Many investors will tell you that you must time markets, and be in the right place at the right time in order to see progress in your investments. This just isn’t true. This misconception leads to destructive investor behaviors, and may detract from the long-term returns you need for reaching your long-term goals.
Recent changes to inflation, interest rates, and gold can help us learn the folly of market timing. Many investors are concerned about rising inflation and expect costs to continue to rise significantly over the next several months, or even years. With this perspective in mind, some of our clients have inquired about purchasing a traditional inflation hedge, gold, and to avoid a conventional inflation underperformer, bonds. On the surface, this seems logical.
Current economic data shows inflation is running higher than expected, including some data points that illustrate the highest price increases in over 30 years. You would think the investor who predicted high inflation should be pleased with his trades. However, in the last month (as high inflation data was released) gold prices declined while bond prices rose.

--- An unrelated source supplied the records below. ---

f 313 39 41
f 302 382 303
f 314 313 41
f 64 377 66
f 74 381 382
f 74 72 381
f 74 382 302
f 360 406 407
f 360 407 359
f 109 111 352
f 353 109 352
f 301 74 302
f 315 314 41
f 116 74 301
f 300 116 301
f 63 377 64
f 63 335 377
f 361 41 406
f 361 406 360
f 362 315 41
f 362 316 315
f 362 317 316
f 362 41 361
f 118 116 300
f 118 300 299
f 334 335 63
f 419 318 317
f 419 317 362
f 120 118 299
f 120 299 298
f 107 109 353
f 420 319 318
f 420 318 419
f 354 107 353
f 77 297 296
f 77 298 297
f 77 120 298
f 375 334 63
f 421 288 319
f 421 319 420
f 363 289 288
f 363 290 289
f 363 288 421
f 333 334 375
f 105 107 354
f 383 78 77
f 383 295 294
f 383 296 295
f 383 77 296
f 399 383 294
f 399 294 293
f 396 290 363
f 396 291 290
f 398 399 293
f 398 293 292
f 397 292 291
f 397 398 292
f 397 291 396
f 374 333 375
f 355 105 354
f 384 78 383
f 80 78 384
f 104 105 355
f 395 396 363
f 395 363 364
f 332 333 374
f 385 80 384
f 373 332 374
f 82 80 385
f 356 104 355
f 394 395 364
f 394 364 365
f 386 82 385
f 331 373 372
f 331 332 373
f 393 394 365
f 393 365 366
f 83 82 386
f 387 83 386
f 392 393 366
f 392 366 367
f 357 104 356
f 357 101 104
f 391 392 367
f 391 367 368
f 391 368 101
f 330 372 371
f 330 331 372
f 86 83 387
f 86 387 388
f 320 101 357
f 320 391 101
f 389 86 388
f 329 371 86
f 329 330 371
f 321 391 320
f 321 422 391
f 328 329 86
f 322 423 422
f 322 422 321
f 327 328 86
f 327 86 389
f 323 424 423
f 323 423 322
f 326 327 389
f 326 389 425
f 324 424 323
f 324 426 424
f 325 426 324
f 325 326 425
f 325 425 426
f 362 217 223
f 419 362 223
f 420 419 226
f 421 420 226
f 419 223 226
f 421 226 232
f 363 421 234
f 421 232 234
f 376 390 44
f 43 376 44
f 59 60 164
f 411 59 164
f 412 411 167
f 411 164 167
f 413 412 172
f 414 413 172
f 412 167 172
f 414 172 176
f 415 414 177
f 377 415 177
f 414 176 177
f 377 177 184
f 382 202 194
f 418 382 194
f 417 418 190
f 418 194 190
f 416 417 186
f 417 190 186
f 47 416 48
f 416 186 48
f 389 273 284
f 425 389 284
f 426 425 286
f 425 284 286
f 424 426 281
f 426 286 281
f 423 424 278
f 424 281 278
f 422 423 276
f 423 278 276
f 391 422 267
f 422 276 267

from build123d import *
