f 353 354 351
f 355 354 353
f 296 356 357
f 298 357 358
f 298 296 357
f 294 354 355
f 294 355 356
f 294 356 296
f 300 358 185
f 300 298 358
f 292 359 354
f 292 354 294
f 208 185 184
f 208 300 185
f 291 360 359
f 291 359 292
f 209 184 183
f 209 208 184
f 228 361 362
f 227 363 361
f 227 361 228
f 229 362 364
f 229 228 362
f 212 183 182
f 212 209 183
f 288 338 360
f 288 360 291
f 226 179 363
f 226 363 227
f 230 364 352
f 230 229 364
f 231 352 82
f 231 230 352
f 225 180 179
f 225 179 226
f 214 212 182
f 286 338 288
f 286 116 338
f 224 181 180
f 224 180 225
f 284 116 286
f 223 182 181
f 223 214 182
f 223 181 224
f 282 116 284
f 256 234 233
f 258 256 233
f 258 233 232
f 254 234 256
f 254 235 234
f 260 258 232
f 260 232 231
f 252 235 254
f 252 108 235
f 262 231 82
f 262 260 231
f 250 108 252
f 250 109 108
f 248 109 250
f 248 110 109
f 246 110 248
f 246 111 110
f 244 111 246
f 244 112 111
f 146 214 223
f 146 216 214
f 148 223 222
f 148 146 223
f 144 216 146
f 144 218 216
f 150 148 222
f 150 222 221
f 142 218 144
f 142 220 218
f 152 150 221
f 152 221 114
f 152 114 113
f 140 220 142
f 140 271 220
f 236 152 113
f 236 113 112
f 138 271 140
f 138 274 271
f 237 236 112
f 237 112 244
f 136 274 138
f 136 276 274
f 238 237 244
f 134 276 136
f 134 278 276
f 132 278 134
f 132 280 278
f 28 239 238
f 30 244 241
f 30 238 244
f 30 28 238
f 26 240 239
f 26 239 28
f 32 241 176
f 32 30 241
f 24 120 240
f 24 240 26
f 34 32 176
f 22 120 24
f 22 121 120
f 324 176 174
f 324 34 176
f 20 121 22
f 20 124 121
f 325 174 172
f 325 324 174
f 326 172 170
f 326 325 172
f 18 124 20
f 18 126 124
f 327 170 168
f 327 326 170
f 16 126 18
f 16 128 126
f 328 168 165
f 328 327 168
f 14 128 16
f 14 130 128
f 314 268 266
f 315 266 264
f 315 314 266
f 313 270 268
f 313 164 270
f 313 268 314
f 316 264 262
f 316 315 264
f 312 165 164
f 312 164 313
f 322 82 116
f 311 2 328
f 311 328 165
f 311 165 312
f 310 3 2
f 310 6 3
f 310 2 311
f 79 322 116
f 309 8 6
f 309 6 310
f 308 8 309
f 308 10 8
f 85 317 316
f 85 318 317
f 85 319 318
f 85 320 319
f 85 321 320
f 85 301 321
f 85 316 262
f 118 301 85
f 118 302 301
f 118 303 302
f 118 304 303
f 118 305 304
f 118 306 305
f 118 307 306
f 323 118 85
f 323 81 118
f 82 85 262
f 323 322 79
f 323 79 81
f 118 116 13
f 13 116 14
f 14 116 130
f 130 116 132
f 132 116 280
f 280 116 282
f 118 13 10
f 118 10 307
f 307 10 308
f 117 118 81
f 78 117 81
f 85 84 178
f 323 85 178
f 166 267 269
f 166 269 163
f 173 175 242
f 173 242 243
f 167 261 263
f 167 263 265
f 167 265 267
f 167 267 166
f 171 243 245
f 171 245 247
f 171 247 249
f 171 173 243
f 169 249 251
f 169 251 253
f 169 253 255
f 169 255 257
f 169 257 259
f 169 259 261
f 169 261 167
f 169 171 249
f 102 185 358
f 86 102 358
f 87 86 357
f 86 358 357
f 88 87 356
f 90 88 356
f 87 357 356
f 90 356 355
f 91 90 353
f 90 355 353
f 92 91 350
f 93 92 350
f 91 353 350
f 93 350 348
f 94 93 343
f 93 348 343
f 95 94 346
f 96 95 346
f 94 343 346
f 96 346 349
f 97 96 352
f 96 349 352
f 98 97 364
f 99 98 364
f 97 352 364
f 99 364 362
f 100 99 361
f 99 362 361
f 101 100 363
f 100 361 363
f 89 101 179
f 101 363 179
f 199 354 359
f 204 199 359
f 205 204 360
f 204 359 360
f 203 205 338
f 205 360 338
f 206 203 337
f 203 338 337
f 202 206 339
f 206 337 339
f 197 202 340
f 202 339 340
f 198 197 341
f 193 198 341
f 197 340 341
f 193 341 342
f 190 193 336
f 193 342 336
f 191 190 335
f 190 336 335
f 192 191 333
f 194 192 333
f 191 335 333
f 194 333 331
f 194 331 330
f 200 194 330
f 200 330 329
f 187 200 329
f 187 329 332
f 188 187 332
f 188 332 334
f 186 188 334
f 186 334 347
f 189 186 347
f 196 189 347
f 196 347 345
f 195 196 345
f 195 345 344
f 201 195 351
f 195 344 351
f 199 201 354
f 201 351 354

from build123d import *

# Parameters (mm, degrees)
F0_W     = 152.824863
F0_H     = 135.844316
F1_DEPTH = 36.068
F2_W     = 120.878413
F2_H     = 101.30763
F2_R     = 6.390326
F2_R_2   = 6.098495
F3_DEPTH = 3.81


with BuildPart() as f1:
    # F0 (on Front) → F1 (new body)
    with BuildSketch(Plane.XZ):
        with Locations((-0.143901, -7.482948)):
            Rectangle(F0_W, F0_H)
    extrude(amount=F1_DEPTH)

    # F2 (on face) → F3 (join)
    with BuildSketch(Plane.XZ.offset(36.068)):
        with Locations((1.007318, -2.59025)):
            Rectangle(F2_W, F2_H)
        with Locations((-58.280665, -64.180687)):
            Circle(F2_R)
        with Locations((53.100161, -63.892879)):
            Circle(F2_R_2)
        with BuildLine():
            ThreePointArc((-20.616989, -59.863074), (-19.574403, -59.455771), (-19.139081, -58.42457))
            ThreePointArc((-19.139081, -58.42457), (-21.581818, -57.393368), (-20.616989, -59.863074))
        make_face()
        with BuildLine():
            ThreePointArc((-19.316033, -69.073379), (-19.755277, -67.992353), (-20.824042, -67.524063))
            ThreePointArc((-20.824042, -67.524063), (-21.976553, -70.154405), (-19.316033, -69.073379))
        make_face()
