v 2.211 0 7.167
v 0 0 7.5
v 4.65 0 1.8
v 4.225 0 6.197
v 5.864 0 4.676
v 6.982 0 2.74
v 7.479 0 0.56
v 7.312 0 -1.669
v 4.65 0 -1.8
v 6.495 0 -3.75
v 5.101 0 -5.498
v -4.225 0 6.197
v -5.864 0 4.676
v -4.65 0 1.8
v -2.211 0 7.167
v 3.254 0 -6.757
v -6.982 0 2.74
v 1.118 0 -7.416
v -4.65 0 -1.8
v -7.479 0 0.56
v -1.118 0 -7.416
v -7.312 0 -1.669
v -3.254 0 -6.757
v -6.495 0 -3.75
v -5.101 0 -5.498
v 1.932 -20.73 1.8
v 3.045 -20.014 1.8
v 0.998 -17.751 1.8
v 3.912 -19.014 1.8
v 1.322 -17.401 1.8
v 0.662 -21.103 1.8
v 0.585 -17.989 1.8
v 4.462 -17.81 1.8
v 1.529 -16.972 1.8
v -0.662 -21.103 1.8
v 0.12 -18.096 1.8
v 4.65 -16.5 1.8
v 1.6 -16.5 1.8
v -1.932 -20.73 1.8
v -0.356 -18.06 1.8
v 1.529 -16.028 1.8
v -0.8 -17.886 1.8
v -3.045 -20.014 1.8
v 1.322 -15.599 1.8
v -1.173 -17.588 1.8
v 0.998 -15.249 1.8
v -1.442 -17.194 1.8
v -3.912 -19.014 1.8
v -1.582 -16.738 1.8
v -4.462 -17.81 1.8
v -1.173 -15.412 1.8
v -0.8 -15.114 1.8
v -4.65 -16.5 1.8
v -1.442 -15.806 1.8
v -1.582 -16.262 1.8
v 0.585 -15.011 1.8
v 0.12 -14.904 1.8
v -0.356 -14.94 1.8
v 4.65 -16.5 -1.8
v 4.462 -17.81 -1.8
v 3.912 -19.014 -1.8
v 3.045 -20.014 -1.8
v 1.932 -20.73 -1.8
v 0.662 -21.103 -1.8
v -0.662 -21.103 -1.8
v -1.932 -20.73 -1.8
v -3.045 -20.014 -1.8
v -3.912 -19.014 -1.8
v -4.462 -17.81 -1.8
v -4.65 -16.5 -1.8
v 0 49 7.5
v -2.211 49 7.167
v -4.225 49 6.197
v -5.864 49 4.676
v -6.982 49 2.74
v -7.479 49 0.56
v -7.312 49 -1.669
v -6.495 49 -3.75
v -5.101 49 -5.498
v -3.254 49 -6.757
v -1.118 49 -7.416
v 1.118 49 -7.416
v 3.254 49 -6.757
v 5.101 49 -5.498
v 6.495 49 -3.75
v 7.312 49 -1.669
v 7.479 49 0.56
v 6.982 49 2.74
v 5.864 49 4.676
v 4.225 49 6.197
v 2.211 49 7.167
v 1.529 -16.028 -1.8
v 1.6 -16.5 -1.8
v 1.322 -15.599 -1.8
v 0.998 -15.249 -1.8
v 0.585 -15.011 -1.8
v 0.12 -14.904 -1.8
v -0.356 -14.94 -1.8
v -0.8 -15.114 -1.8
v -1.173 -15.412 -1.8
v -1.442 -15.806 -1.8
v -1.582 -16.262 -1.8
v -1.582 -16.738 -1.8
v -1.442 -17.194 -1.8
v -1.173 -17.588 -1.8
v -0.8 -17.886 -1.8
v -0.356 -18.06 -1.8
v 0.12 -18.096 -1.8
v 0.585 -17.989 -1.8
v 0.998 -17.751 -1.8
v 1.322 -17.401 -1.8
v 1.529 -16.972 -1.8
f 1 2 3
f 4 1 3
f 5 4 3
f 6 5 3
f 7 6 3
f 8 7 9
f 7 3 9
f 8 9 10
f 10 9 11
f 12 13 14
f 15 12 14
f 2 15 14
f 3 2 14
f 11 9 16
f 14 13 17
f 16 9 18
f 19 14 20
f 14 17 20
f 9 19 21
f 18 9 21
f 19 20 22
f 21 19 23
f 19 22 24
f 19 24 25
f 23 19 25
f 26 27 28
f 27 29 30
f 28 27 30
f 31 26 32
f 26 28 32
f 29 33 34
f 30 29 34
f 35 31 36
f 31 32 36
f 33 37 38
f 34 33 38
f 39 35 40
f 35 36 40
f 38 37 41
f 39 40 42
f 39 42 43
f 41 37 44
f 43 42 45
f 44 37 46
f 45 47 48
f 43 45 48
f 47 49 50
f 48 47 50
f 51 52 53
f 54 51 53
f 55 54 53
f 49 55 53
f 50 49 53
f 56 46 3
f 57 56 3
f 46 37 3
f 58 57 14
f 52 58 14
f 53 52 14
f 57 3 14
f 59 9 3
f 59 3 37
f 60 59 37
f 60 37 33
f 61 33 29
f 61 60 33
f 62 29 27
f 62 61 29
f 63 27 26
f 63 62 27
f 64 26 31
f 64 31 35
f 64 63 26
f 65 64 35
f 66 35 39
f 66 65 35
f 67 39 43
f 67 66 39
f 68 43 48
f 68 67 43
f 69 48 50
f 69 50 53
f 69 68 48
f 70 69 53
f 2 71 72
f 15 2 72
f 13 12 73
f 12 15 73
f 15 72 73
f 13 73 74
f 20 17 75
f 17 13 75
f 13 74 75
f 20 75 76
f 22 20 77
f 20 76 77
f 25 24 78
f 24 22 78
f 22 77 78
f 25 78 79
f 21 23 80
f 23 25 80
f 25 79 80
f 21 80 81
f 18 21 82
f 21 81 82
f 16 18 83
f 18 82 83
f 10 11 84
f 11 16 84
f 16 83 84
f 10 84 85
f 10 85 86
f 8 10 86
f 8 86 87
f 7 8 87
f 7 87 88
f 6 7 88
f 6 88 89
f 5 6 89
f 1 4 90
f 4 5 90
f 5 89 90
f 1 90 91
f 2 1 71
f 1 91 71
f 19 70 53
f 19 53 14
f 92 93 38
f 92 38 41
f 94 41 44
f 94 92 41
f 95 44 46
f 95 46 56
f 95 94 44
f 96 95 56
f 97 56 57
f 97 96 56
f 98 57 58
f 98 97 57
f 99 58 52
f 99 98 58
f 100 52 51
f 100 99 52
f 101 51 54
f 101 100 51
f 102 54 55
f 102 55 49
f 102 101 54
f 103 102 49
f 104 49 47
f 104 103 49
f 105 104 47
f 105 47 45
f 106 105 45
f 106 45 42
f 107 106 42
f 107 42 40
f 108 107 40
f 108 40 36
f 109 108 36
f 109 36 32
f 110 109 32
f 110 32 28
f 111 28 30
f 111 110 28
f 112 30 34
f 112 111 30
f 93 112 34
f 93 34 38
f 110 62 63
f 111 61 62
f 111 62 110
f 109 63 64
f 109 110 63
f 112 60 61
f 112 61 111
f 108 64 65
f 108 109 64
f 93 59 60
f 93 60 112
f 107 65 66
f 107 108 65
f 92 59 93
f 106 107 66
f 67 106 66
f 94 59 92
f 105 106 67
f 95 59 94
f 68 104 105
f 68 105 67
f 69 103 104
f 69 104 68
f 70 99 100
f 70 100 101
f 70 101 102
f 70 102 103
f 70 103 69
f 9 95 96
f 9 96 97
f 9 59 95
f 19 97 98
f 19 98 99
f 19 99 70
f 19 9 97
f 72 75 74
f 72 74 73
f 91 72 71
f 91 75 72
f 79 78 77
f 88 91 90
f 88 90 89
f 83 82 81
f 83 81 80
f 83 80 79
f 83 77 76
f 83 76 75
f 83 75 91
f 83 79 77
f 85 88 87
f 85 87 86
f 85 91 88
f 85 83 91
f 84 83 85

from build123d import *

# Parameters (mm, degrees)
SKETCH_1_R               = 9
EXTRUDE_1_DEPTH          = 52
SKETCH_2_R               = 7.8
EXTRUDE_2_DEPTH          = 12
EXTRUDE_3_DEPTH          = 1.8
EXTRUDE_3_DEPTH_BACK     = 1.8
SKETCH_3_R               = 2.6
EXTRUDE_4_DEPTH          = 1.8
EXTRUDE_4_DEPTH_BACK     = 1.8
SKETCH_4_R               = 1.6
CUT_EXTRUDE_1_DEPTH      = 26
CUT_EXTRUDE_1_DEPTH_BACK = 75
SKETCH_5_R               = 12.444758302
SKETCH_5_R_2             = 7.5
CUT_EXTRUDE_2_DEPTH      = 75
CUT_EXTRUDE_2_DEPTH_BACK = 15
SKETCH_6_R               = 11.570191829


with BuildPart() as part:
    # 草图1 → 凸台-拉伸1 (new body)
    with BuildSketch(Plane(origin=(0, 0, 0), x_dir=(1, 0, 0), z_dir=(0, 1, 0))):
        Circle(SKETCH_1_R)
    extrude(amount=EXTRUDE_1_DEPTH)

    # 草图2 → 凸台-拉伸2 (add)
    with BuildSketch(Plane(origin=(0, 52, 0), x_dir=(1, 0, 0), z_dir=(0, 1, 0))):
        Circle(SKETCH_2_R)
    extrude(amount=EXTRUDE_2_DEPTH)

    # 草图3 → 凸台-拉伸3 (add, two sides: drawn at the far end of the back side and taken through both)
    with BuildSketch(Plane.XY.offset(-EXTRUDE_3_DEPTH_BACK)):
        with BuildLine():
            Line((-4.255, 68.5), (-4.255, 59.5))
            Line((-4.255, 59.5), (4.255, 59.5))
            Line((4.255, 59.5), (4.255, 68.5))
            ThreePointArc((4.255, 68.5), (0, 72.755), (-4.255, 68.5))
        make_face()
        with Locations((0, 68.5)):
            Circle(SKETCH_3_R, mode=Mode.SUBTRACT)
    extrude(amount=EXTRUDE_3_DEPTH + EXTRUDE_3_DEPTH_BACK)

    # 草图4 → 凸台-拉伸4 (add, two sides: drawn at the far end of the back side and taken through both)
    with BuildSketch(Plane.XY.offset(-EXTRUDE_4_DEPTH_BACK)):
        with BuildLine():
            Line((-4.65, -16.5), (-4.65, -8.5))
            Line((-4.65, -8.5), (-4.65, 0))
            Line((-4.65, 0), (4.65, 0))
            Line((4.65, 0), (4.65, -8.5))
            Line((4.65, -8.5), (4.65, -16.5))
            ThreePointArc((4.65, -16.5), (0, -21.15), (-4.65, -16.5))
        make_face()
        with Locations((0, -16.5)):
            Circle(SKETCH_4_R, mode=Mode.SUBTRACT)
    extrude(amount=EXTRUDE_4_DEPTH + EXTRUDE_4_DEPTH_BACK)

    # 草图5 → 切除-拉伸1 (cut, two sides: drawn at the far end of the back side and taken through both)
    with BuildSketch(Plane.XZ.offset(-CUT_EXTRUDE_1_DEPTH_BACK)):
        Circle(SKETCH_5_R)
        Circle(SKETCH_5_R_2, mode=Mode.SUBTRACT)
    extrude(amount=CUT_EXTRUDE_1_DEPTH + CUT_EXTRUDE_1_DEPTH_BACK, mode=Mode.SUBTRACT)

    # 草图6 → 切除-拉伸2 (cut, two sides: drawn at the far end of the back side and taken through both)
    with BuildSketch(Plane(origin=(0, 64, 0), x_dir=(1, 0, 0), z_dir=(0, 1, 0)).offset(-CUT_EXTRUDE_2_DEPTH_BACK)):
        Circle(SKETCH_6_R)
    extrude(amount=CUT_EXTRUDE_2_DEPTH + CUT_EXTRUDE_2_DEPTH_BACK, mode=Mode.SUBTRACT)


solid = part.part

Investing can be simple. We make it difficult by constantly try to out-guess the market to gain an edge, make a little extra dough, or avoid a potential downturn. The average investor is wise to set an allocation, abide by rules for regular rebalancing, and avoid the temptation to time the markets. A good, experienced advisor can help guide you through each of these steps (as well as many other investing decisions), and be a wise and emotionally uninvested resource for helping you make sound financial decisions.